Zhou’s approach was to use multi-task learning, with one learning task reflecting ventral stream function and one reflecting dorsal stream function. For dorsal stream function, he created a task to make a model generate grasp points, determining where to grab an object in order to lift it. This type of task requires more spatial computation, including representing the shape of the object, the shape of the hand, and the centre of mass. For ventral stream function, Zhou used a standard object categorization task.
To measure the similarity between the model and the human brain, Zhou used a technique called representational similarity analysis (RSA), which was co-developed by his supervisor, Dr. Marieke Mur. The method compares patterns of similarity in the representations produced by assortments of different visual stimuli. In doing so, it abstracts information encoding away from fundamental differences in structure and substrate.
The results indicated that multi-task learning yielded increased similarity between the model and the human brain, but had come at the cost of decreasing accuracy on object categorization tasks. Still, Zhou claims there is room for improvement: “Some tests showed it was not learning to its full potential… the results indicated there was a lot of work to do to optimize these models.”
On the experience of working on this project, Zhou says: “I had to learn a lot of this very quickly. I hadn’t done anything with machine learning prior to the end of third year.” Zhou credits the support of his supervisor and lab for his ability to learn all the information he needed for his research.
Zhou describes his interest in this topic as a product of a slow exploration through the field of psychology. Through his first- and second-year psychology courses, he was drawn toward cognitive psychology, focusing on how the brain processes information. Later, he realized the potential of computational approaches for implementing and testing the models of cognitive psychology.

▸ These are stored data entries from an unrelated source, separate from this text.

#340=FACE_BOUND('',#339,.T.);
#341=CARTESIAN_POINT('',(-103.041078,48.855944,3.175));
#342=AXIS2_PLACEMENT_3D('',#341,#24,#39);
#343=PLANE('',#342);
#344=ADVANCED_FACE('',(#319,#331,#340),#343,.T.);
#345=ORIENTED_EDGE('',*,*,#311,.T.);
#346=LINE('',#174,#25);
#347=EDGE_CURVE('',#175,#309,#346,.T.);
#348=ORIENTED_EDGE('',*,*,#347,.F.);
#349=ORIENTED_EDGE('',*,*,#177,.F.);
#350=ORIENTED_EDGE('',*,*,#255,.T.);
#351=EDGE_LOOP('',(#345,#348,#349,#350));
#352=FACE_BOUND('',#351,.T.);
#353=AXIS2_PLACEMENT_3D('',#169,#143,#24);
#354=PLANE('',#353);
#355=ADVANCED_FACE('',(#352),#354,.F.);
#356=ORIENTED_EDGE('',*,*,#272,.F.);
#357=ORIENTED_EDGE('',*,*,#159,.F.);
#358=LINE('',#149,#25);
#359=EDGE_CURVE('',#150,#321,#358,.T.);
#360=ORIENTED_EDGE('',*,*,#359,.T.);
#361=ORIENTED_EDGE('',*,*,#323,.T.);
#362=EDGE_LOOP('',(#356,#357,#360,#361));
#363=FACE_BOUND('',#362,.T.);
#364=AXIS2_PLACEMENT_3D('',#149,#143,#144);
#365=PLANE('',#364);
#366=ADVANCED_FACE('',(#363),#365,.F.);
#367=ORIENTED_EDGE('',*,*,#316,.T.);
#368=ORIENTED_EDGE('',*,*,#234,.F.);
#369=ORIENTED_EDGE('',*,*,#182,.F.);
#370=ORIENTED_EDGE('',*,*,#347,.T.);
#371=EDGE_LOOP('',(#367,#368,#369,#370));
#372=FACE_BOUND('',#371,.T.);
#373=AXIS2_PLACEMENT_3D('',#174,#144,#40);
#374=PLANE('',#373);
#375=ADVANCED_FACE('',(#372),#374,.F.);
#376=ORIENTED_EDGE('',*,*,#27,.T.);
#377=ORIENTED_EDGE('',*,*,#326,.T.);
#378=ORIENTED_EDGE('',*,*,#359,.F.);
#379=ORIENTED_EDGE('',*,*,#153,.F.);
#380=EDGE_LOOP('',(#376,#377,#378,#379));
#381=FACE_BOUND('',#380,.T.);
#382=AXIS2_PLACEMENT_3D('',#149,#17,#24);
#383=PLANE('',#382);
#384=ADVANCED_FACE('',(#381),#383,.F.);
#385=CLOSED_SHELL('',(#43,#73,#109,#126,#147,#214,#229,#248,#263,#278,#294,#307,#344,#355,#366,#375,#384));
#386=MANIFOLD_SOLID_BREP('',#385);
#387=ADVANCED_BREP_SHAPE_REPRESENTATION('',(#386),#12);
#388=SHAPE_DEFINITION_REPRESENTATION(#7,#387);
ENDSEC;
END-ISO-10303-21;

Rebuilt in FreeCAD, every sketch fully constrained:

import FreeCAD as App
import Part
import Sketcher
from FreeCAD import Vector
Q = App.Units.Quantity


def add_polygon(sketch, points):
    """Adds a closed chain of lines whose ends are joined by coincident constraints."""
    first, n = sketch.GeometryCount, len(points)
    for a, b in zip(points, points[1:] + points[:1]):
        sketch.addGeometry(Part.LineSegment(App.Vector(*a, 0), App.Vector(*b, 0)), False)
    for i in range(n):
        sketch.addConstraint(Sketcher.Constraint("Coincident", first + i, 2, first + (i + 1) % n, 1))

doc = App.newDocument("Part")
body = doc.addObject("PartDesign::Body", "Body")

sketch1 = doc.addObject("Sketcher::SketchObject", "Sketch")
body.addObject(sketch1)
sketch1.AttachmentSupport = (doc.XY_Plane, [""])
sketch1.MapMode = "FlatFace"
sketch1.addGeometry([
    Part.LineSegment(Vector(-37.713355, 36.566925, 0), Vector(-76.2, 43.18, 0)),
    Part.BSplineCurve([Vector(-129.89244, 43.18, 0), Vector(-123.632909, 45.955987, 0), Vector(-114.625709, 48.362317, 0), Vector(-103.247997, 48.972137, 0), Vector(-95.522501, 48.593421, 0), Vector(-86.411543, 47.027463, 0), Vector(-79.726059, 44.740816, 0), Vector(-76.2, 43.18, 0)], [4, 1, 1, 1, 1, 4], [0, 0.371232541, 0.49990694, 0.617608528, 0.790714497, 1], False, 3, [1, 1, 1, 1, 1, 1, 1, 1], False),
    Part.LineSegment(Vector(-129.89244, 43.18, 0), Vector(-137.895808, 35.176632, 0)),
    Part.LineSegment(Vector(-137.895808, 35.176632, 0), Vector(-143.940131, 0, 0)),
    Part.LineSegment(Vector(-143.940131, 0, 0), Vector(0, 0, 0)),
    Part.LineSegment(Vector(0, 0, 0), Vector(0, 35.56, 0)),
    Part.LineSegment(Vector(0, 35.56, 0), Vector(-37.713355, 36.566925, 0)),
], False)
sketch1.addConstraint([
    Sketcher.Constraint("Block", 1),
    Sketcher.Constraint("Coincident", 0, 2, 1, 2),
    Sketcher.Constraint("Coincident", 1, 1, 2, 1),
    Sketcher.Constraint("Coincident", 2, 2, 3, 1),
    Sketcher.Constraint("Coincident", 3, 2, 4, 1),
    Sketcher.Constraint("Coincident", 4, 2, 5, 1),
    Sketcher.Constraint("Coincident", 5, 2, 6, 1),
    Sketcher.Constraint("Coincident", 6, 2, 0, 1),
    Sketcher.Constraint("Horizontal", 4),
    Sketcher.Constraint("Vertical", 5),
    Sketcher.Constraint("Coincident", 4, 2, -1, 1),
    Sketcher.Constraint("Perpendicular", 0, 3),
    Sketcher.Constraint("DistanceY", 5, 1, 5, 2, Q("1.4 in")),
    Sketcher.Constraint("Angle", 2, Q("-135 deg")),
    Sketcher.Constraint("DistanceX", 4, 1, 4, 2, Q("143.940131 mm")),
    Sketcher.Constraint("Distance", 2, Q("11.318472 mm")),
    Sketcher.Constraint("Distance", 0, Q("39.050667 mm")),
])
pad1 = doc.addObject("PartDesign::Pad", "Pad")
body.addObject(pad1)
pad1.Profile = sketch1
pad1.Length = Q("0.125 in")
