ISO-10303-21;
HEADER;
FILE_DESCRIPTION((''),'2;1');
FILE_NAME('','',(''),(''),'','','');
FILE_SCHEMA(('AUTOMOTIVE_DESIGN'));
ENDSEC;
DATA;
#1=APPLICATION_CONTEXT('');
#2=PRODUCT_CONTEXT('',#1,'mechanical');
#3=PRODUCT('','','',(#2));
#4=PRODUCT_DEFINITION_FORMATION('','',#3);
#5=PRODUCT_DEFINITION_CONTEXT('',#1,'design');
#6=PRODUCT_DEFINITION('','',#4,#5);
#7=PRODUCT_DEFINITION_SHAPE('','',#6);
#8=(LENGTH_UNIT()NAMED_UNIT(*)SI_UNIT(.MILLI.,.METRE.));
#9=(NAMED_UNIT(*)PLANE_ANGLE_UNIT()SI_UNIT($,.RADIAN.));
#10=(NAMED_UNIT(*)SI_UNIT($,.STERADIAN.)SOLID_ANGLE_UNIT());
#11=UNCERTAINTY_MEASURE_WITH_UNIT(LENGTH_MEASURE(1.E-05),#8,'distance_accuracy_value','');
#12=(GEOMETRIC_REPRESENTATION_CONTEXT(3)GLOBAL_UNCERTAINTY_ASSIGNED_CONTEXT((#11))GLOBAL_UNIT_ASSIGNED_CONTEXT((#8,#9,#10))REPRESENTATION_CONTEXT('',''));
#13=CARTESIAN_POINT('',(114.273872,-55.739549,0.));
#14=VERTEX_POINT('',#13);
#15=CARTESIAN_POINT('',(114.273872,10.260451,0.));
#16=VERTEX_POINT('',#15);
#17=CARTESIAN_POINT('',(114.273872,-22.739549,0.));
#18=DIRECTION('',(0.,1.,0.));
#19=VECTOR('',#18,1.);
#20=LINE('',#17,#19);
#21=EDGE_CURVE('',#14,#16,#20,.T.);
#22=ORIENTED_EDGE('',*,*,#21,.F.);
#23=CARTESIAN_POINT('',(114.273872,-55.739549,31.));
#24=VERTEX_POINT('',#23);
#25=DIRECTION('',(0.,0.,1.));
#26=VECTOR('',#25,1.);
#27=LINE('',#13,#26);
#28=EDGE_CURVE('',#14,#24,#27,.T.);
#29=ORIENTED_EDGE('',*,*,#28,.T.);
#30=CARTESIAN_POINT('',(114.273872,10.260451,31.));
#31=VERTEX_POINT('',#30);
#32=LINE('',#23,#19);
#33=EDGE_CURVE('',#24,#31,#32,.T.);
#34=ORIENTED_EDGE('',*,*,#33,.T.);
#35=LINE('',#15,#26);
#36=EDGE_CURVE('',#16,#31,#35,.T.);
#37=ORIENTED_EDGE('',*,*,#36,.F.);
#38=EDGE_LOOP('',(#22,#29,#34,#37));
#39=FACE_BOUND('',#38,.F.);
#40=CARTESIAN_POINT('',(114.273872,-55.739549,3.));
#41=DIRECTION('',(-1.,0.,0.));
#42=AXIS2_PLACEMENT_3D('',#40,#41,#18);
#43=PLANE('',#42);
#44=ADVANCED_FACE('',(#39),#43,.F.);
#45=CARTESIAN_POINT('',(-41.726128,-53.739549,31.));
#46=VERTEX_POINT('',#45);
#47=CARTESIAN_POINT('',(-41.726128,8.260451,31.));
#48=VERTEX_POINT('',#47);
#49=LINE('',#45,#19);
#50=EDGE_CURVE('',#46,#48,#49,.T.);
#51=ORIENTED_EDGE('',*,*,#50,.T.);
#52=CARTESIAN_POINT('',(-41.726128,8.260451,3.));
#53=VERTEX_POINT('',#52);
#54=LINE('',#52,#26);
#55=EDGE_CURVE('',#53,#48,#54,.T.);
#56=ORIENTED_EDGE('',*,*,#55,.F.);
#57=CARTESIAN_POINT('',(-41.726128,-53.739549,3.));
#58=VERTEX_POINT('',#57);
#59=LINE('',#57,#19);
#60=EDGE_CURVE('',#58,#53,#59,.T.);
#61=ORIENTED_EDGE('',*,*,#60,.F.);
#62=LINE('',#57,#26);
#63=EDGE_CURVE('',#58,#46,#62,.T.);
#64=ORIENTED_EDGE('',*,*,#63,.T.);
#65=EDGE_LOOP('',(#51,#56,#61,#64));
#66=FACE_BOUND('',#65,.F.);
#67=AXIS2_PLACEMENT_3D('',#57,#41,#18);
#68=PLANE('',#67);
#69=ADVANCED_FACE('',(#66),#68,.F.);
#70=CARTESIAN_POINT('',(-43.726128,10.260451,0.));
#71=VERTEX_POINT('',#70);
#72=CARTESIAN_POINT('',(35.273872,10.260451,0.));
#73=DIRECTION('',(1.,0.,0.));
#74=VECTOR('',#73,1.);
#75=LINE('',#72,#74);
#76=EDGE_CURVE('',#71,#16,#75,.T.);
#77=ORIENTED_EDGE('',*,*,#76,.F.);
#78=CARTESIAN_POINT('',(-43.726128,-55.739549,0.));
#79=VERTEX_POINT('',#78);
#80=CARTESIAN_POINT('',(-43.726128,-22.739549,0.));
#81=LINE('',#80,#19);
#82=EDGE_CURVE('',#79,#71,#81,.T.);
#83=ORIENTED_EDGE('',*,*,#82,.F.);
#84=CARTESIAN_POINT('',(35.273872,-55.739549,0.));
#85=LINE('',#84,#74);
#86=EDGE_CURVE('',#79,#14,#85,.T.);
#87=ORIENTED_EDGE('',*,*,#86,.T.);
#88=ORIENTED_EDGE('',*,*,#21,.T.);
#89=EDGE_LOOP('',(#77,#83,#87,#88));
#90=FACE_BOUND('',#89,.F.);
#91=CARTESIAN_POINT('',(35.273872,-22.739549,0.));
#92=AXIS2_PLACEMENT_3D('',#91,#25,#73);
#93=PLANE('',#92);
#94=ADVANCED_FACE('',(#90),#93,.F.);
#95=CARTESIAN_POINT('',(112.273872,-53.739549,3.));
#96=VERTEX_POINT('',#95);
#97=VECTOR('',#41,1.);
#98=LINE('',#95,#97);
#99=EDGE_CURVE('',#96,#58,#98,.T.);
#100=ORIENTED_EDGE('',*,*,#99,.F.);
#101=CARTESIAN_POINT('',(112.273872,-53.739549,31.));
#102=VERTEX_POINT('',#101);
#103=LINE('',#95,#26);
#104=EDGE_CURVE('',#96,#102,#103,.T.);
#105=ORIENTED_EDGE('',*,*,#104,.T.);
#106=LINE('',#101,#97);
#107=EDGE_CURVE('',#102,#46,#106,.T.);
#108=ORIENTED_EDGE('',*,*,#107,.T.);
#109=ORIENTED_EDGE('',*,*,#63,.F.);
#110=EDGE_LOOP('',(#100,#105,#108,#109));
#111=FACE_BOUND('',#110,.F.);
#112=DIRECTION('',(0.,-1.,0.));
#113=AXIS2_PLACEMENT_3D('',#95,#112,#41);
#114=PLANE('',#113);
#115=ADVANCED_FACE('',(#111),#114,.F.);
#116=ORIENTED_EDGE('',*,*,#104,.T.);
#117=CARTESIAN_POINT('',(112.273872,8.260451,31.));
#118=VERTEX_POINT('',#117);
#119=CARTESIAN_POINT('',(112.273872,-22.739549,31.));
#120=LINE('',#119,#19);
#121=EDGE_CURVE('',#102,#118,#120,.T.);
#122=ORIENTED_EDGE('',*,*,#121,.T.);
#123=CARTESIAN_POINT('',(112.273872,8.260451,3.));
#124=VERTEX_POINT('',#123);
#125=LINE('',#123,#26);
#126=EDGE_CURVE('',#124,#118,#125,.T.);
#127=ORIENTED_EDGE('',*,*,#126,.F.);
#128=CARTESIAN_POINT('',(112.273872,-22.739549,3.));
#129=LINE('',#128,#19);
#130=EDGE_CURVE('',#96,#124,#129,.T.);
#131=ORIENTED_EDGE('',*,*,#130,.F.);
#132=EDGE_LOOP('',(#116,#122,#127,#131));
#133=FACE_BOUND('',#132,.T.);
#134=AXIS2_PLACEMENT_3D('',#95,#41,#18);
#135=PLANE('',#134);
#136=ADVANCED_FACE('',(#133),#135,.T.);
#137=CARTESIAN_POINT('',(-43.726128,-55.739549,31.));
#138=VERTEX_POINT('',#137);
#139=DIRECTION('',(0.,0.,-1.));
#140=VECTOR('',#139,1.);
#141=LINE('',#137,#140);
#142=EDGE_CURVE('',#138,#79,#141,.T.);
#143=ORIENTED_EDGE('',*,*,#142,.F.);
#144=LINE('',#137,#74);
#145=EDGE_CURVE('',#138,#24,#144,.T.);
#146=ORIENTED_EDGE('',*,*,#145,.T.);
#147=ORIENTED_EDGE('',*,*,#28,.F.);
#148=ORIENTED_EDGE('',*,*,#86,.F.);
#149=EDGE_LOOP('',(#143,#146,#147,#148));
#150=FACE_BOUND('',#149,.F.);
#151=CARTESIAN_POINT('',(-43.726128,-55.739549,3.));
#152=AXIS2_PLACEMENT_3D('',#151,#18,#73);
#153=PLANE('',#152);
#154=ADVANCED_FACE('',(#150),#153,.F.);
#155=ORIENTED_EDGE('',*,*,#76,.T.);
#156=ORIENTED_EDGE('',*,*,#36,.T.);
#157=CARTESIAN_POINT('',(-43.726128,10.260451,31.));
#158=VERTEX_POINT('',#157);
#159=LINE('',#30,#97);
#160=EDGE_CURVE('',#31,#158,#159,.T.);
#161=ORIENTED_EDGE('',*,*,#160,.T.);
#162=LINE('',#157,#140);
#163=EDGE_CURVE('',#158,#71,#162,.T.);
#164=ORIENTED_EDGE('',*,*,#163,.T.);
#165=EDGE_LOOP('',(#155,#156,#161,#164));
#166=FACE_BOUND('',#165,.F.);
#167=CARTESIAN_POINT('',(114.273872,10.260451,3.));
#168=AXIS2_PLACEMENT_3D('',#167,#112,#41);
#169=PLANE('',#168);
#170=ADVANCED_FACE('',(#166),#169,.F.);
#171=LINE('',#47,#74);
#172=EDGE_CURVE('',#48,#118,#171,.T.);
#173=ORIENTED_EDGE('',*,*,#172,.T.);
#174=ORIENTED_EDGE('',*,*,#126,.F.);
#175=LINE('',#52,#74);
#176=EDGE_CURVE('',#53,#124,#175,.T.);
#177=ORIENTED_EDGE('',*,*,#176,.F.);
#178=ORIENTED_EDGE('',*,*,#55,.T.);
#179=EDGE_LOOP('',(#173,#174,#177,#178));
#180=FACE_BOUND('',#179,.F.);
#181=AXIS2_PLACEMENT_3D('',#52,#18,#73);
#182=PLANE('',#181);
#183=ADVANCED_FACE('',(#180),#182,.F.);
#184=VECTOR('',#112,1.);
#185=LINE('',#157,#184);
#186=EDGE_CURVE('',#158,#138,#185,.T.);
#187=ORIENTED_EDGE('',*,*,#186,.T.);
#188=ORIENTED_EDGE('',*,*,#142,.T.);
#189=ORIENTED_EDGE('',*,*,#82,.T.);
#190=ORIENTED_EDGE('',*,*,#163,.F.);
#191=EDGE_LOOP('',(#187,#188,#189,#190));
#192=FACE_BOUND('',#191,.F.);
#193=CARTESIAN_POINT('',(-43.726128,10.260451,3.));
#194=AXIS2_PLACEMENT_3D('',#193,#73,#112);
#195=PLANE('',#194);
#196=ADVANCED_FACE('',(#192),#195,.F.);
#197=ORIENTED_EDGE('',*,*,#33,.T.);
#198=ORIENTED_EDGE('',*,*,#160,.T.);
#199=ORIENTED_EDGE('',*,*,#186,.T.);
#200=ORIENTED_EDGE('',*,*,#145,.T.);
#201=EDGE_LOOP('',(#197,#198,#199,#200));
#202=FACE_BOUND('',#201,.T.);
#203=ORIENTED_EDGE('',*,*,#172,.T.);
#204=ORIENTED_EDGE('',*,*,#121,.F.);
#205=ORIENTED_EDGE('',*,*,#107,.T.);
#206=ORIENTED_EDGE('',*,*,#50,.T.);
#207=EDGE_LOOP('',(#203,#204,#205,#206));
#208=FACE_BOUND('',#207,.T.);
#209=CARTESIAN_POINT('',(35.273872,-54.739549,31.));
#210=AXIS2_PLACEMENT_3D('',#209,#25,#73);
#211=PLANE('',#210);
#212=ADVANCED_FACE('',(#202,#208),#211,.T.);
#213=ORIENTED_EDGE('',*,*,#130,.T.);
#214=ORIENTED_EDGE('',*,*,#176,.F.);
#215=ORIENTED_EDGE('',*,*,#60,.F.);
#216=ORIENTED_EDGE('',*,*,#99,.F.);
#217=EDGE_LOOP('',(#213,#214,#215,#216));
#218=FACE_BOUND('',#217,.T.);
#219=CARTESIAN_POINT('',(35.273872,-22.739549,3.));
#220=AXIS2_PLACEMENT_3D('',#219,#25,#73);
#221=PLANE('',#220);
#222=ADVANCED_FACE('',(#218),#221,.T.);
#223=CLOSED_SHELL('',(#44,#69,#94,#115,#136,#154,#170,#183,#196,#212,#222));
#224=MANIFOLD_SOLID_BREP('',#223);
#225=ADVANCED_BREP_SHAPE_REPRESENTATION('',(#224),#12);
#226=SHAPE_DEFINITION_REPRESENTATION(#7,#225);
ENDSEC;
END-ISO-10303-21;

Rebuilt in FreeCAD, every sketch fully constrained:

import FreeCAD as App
import Part
import Sketcher
Q = App.Units.Quantity


def add_polygon(sketch, points):
    """Adds a closed chain of lines whose ends are joined by coincident constraints."""
    first, n = sketch.GeometryCount, len(points)
    for a, b in zip(points, points[1:] + points[:1]):
        sketch.addGeometry(Part.LineSegment(App.Vector(*a, 0), App.Vector(*b, 0)), False)
    for i in range(n):
        sketch.addConstraint(Sketcher.Constraint("Coincident", first + i, 2, first + (i + 1) % n, 1))

doc = App.newDocument("Part")
body = doc.addObject("PartDesign::Body", "Body")

# Sketch on XY plane
sketch1 = body.newObject("Sketcher::SketchObject", "Sketch")
sketch1.AttachmentSupport = (doc.getObject("XY_Plane"), [""])
sketch1.MapMode = "FlatFace"
add_polygon(sketch1, [(-44, 10), (-44, -56), (114, -56), (114, 10)])  # lines 0-3
sketch1.addConstraint([
    Sketcher.Constraint("Vertical", 0),
    Sketcher.Constraint("Horizontal", 1),
    Sketcher.Constraint("Vertical", 2),
    Sketcher.Constraint("Horizontal", 3),
    Sketcher.Constraint("DistanceX", 1, 1, 1, 2, Q("158 mm")),
    Sketcher.Constraint("DistanceY", 0, 2, 0, 1, Q("66 mm")),
    Sketcher.Constraint("DistanceX", 0, 2, -1, 1, Q("43.726128 mm")),
    Sketcher.Constraint("DistanceY", 0, 2, -1, 1, Q("55.739549 mm")),
])
pad1 = body.newObject("PartDesign::Pad", "Pad")
pad1.Profile = sketch1
pad1.Length = 3

# Sketch on XY plane
sketch2 = body.newObject("Sketcher::SketchObject", "Sketch001")
sketch2.AttachmentSupport = (doc.getObject("XY_Plane"), [""])
sketch2.MapMode = "FlatFace"
sketch2.AttachmentOffset = App.Placement(App.Vector(0, 0, 3), App.Rotation())
add_polygon(sketch2, [(-44, -56), (114, -56), (114, 10), (-44, 10)])  # lines 0-3
add_polygon(sketch2, [(112, 8), (112, -54), (-42, -54), (-42, 8)])  # lines 4-7
sketch2.addConstraint([
    Sketcher.Constraint("Horizontal", 0),
    Sketcher.Constraint("Vertical", 1),
    Sketcher.Constraint("Horizontal", 2),
    Sketcher.Constraint("Vertical", 3),
    Sketcher.Constraint("Vertical", 4),
    Sketcher.Constraint("Horizontal", 5),
    Sketcher.Constraint("Vertical", 6),
    Sketcher.Constraint("Horizontal", 7),
    Sketcher.Constraint("DistanceX", 0, 1, 0, 2, Q("158 mm")),
    Sketcher.Constraint("DistanceX", 5, 2, 5, 1, Q("154 mm")),
    Sketcher.Constraint("DistanceY", 1, 1, 1, 2, Q("66 mm")),
    Sketcher.Constraint("DistanceY", 4, 2, 4, 1, Q("62 mm")),
    Sketcher.Constraint("DistanceX", 4, 2, 0, 2, Q("2 mm")),
    Sketcher.Constraint("DistanceY", 0, 2, 4, 2, Q("2 mm")),
    Sketcher.Constraint("DistanceX", -1, 1, 0, 2, Q("114.273872 mm")),
    Sketcher.Constraint("DistanceY", 0, 2, -1, 1, Q("55.739549 mm")),
])
pad2 = body.newObject("PartDesign::Pad", "Pad001")
pad2.Profile = sketch2
pad2.Length = 28

doc.recompute()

Zhou is currently working towards an MSc in Neuroscience at Western and aims to continue his research. His long-term goal is to use what he has learned about the brain in the medical field. “Computer science has a lot to offer psychology in the future,” he said.
As for receiving the award itself, Zhou says that the recognition made him feel validated as a researcher. “Scientific research and scholarship is fundamentally international, collaborating with people all around the world… So I guess with this award, I feel validated as part of that community.”
The Global Undergraduate Awards is an academic awards program recognizing undergraduate work. Submissions are evaluated anonymously by a group of international academics, with the top 10% of entries from each region in each category named as Highly Commended.